Her flame. He’d said it as if it were real—literal—not just some poetic metaphor for strength or spirit. But as if something inside her were alive and burning, answering him. Everyone kept speaking about her flame as if she should already understand—Apollo, the Queen in her dream, Cael in the hall. All of them speaking in certainties she didn’t possess, as though she should know how to feel it.
But she didn’t. At least… she didn’t think she did.
But then—something inside her lurched, like a creature turning in sleep at the sound of its name.
Her hand drifted upward, brushing her collarbone, then the hollow of her throat. Her skin was warm. Warmer than it should’ve been. Warm in a way that wasn’t from Hell’s heat alone. Hotter than Hell’s air. Hotter than her nerves. A heat with a pulse.
A tiny crack of panic opened in her ribs. “Your flame.” The words echoed through her skull, soft and haunting. Her real flame.

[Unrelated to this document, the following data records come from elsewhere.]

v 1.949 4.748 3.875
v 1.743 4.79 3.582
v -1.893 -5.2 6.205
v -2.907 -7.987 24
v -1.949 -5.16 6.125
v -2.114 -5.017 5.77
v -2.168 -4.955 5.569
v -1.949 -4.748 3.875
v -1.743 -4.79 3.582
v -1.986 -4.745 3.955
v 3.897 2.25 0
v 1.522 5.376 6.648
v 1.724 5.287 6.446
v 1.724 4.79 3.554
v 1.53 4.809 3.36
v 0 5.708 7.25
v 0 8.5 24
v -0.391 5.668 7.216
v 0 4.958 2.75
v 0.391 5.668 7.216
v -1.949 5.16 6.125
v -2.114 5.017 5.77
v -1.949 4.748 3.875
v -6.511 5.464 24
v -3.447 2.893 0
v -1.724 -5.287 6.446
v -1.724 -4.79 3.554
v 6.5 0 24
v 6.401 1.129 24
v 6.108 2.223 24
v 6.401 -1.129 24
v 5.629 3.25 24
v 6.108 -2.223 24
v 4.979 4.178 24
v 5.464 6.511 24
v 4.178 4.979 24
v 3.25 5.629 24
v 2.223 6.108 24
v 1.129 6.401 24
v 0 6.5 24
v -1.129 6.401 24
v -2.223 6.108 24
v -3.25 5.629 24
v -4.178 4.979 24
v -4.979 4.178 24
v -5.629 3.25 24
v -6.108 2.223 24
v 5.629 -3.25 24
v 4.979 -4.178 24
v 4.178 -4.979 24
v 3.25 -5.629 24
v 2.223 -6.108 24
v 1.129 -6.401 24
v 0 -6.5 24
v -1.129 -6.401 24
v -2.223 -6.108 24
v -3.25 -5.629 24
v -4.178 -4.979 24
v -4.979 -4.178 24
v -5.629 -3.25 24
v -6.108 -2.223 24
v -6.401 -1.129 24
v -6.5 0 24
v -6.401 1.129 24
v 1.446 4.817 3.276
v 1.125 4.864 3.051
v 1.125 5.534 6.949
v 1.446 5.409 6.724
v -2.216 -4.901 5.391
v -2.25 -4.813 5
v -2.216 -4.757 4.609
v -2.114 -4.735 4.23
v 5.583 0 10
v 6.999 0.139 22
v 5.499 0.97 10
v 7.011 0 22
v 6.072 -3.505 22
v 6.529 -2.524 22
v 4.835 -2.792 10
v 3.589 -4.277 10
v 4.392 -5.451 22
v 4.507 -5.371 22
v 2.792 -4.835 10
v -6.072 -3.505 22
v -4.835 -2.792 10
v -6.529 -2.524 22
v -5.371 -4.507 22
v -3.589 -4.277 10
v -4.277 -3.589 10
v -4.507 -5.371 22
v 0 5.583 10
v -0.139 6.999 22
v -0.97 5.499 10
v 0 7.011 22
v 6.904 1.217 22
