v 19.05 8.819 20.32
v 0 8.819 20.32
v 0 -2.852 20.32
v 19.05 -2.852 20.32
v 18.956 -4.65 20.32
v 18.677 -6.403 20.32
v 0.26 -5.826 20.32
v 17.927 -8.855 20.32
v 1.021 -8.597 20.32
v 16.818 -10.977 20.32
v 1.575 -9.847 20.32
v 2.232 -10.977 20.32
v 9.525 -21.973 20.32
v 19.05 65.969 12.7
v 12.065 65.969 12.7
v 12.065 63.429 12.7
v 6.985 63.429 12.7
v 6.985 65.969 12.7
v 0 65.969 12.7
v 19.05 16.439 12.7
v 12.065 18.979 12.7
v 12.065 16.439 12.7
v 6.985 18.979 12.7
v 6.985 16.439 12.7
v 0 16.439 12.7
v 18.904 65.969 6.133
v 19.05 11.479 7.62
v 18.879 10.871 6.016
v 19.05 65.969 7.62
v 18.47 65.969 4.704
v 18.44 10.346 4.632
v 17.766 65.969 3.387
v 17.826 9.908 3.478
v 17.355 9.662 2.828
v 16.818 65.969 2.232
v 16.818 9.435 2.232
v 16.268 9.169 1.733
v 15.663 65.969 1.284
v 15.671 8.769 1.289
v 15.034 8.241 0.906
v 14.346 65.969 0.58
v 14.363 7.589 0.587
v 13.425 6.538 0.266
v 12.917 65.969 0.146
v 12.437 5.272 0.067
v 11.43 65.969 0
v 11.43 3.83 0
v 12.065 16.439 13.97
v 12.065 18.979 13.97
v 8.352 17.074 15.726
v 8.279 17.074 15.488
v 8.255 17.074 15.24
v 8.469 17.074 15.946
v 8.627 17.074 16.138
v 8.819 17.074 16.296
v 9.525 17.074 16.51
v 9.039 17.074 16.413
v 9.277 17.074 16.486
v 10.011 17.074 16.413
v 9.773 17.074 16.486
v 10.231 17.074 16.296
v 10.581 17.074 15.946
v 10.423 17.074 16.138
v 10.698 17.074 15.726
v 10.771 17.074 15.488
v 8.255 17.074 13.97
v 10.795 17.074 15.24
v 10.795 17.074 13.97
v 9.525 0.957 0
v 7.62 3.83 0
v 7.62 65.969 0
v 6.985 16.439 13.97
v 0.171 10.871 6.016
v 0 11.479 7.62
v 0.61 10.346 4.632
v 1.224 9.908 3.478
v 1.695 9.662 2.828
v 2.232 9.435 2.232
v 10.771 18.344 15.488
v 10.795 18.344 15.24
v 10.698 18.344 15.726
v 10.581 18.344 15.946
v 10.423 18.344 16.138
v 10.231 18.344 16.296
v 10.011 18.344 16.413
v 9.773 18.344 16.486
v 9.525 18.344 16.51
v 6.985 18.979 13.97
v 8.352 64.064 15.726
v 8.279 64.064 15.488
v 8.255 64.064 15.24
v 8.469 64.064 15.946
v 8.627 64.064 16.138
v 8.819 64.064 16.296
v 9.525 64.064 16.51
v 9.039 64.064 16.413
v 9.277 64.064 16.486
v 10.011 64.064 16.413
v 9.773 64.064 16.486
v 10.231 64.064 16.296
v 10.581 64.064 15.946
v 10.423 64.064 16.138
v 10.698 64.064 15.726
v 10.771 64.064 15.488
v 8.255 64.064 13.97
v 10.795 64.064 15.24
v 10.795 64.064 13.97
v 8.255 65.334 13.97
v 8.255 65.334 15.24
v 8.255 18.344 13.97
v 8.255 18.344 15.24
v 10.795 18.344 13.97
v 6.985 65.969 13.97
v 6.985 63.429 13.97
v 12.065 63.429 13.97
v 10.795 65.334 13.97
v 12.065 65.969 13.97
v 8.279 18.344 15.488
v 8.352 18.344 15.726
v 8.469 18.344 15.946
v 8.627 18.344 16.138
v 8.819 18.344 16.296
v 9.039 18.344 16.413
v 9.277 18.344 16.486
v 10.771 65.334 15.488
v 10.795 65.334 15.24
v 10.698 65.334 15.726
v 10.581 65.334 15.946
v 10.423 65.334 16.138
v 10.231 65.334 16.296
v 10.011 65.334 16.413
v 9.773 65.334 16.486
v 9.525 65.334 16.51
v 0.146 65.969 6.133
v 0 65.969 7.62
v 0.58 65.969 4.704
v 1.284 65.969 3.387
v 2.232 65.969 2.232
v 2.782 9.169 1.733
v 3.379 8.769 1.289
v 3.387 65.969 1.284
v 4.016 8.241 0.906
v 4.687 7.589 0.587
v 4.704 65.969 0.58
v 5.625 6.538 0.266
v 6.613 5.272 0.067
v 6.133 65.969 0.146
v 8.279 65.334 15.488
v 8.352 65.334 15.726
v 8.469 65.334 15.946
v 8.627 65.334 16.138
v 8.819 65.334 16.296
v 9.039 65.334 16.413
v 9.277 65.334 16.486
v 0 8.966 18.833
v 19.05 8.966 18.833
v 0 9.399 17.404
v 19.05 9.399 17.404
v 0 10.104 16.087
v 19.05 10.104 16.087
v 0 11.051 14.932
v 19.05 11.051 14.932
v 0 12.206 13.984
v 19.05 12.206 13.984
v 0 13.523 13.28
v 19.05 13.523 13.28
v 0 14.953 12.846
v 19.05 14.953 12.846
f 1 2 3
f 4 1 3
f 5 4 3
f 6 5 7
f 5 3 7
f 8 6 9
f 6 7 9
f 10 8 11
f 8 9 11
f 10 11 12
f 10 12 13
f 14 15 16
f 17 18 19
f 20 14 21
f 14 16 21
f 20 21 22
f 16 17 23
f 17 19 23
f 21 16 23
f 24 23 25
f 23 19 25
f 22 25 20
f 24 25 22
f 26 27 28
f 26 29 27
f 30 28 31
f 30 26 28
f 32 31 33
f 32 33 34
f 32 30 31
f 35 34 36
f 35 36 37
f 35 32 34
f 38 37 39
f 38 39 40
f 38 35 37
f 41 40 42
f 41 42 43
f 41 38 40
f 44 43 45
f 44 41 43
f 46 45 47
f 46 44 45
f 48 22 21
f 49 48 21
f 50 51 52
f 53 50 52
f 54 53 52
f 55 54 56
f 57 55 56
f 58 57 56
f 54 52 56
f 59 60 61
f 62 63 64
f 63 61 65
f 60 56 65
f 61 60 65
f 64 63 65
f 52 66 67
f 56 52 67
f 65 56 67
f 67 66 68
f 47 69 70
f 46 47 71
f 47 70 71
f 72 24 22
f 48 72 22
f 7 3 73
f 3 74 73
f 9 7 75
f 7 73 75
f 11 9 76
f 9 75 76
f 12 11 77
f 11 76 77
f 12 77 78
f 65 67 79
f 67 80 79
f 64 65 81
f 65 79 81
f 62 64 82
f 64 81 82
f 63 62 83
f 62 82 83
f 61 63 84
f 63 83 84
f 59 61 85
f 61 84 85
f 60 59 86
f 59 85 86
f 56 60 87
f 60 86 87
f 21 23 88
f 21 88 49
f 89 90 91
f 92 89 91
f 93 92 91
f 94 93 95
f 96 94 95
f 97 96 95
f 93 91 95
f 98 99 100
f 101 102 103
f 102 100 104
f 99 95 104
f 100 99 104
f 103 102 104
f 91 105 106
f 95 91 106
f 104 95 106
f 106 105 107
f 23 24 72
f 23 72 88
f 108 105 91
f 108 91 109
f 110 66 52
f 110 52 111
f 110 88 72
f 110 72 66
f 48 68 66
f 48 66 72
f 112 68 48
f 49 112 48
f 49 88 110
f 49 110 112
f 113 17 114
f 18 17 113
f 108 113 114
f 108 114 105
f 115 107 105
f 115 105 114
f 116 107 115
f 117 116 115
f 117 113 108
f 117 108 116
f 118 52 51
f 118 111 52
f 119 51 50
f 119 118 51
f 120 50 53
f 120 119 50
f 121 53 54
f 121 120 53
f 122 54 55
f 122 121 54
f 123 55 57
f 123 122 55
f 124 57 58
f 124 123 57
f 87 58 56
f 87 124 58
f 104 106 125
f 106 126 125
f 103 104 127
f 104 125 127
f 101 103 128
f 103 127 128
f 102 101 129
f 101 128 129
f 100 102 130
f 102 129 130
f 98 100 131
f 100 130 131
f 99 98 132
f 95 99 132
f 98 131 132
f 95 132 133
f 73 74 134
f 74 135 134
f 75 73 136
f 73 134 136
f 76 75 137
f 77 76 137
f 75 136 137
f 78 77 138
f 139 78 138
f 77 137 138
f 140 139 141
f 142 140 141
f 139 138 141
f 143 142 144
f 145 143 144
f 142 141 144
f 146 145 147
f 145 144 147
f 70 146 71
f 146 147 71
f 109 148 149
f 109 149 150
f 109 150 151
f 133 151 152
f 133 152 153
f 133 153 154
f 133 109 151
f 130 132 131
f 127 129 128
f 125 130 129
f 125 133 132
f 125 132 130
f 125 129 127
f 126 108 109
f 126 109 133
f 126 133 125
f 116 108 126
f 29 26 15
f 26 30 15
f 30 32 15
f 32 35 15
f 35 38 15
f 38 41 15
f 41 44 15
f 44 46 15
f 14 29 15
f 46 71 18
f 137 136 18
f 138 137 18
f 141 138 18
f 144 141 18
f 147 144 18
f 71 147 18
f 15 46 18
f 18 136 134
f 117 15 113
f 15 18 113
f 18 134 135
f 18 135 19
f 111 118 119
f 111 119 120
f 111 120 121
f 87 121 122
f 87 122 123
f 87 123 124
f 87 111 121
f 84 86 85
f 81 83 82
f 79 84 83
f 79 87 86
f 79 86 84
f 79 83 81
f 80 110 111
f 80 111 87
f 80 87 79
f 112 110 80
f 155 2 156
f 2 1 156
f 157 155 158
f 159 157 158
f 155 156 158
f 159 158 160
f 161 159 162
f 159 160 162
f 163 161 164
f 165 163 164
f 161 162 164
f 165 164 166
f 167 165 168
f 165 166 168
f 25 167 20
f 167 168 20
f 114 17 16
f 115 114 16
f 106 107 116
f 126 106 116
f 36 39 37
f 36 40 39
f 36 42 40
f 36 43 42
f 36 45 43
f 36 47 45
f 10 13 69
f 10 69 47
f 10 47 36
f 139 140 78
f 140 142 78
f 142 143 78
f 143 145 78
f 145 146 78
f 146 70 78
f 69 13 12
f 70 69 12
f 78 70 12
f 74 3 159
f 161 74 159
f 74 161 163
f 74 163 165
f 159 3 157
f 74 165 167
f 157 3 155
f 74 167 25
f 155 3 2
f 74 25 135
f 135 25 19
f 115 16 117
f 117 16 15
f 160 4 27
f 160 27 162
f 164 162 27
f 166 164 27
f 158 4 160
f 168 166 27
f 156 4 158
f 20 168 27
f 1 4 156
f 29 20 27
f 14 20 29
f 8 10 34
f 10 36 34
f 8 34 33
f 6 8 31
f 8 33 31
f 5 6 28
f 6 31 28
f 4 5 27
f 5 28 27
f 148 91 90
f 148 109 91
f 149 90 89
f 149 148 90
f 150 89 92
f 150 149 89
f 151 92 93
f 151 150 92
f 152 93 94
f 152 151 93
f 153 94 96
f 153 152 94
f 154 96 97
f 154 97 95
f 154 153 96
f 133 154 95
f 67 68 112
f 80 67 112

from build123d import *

# Parameters (mm, degrees)
F1_DEPTH    = 19.05
F2_T1_DEPTH = 82.895018686
F3_R        = 7.61999
F5_W        = 2.54
F5_H        = 1.27
F6_DEPTH    = 3.81
F4_W        = 5.08
F4_H        = 2.54
F7_DEPTH    = 1.27
F8_R        = 1.26999


# Not quite as in the source:
# - a fillet or chamfer that OpenCascade refuses, or shapes differently, is made with other operations: its cross-section is extruded or revolved along the edge and cut away or added
# - a fillet or chamfer is up to 0.001 mm smaller than in the source, because OpenCascade refuses the exact size


with BuildPart() as f1:
    # F0 (on Right) → F1 (new body)
    with BuildSketch(Plane.YZ):
        Polygon((-22.9305560945, 20.32), (0, 0), (65.9694439055, 0), (65.9694439055, 12.7), (8.8194439055, 12.7), (8.8194439055, 20.32), align=None)
    extrude(amount=F1_DEPTH)

    # F2: chamfer of 10.16 on 2 edges, made by hand

    # F2_s2 → F2_t1 (cut)
    with BuildSketch(Plane(origin=(0, -42.4856252608, 37.6487993462), x_dir=(1, 0, 0), z_dir=(0, 0.7484248802, -0.6632195705))):
        Polygon((8.89, 0), (19.05, -10.16), (19.05, 0), align=None)
        Polygon((10.16, 0), (0, -10.16), (0, 0), align=None)
    extrude(amount=F2_T1_DEPTH, mode=Mode.SUBTRACT)

    # F3 (radius 7.62 in the source; OpenCascade refuses exactly that, so slightly less here)
    f3_edges = [f1.edges().sort_by_distance(p)[0] for p in [
        (0, 3.853932, 10.16),
        (0, 40.644327, 0),
        (19.05, 40.644327, 0),
        (19.05, 3.853932, 10.16),
        (9.525, 8.819444, 12.7),
    ]]
    fillet(f3_edges, radius=F3_R)

    # F5 (on face) → F6 (join)
    with BuildSketch(Plane.XY.offset(12.7)):
        with Locations((9.525, 17.7094439055)):
            Rectangle(F5_W, F5_H)
        with Locations((9.525, 64.6994439055)):
            Rectangle(F5_W, F5_H)
    extrude(amount=F6_DEPTH)

    # F4 (on face) → F7 (join)
    with BuildSketch(Plane.XY.offset(12.7)):
        with Locations((9.525, 17.7094439055)):
            Rectangle(F4_W, F4_H)
        with Locations((9.525, 64.6994439055)):
            Rectangle(F4_W, F4_H)
    extrude(amount=F7_DEPTH)

    # F8 (radius 1.27 in the source; OpenCascade refuses exactly that, so slightly less here)
    f8_edges = [f1.edges().sort_by_distance(p)[0] for p in [
        (10.795, 17.709444, 16.51),
        (8.255, 17.709444, 16.51),
        (8.255, 64.699444, 16.51),
        (10.795, 64.699444, 16.51),
    ]]
    fillet(f8_edges, radius=F8_R)


solid = f1.part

The words echoed again, and suddenly it wasn’t an idea—it was a memory detonating.
She had burst into fire. Actual fire. White-gold. Blinding. Crawling over her skin like sunlight given claws. Not imagined. Not dreamt. Real. Holy and terrifying.
Cael had reacted—not with confusion or boredom or patient dismissal, but with fear. His shadows had ripped away from her like startled animals. His eyes had widened—truly widened. His body had jerked back as if she’d become something dangerous.
Because she had. And before that— A rush of heat shot straight to her cheeks.
Apollo’s mouth between her thighs. His tail thrusting inside her. Her body breaking apart in pleasure so sharp it stole her breath. That moment—right when she shattered— Fire. Her fire. Golden-white flames that shimmered across her skin, curious and gentle, like a creature testing whether she was really awake this time.
She had thought it was him. She had accused him of it. But he had looked confused. Almost startled. And Apollo never looked startled.
Her heartbeat thundered like a war drum. And then… the dream. The Queen. Burning crown. Burning eyes. Burning voice. Standing in a world of ash and starlight, staring at Adelaide as though she recognised her. As though she had been waiting.
“Child of ash and heartbeat… he will devour you.”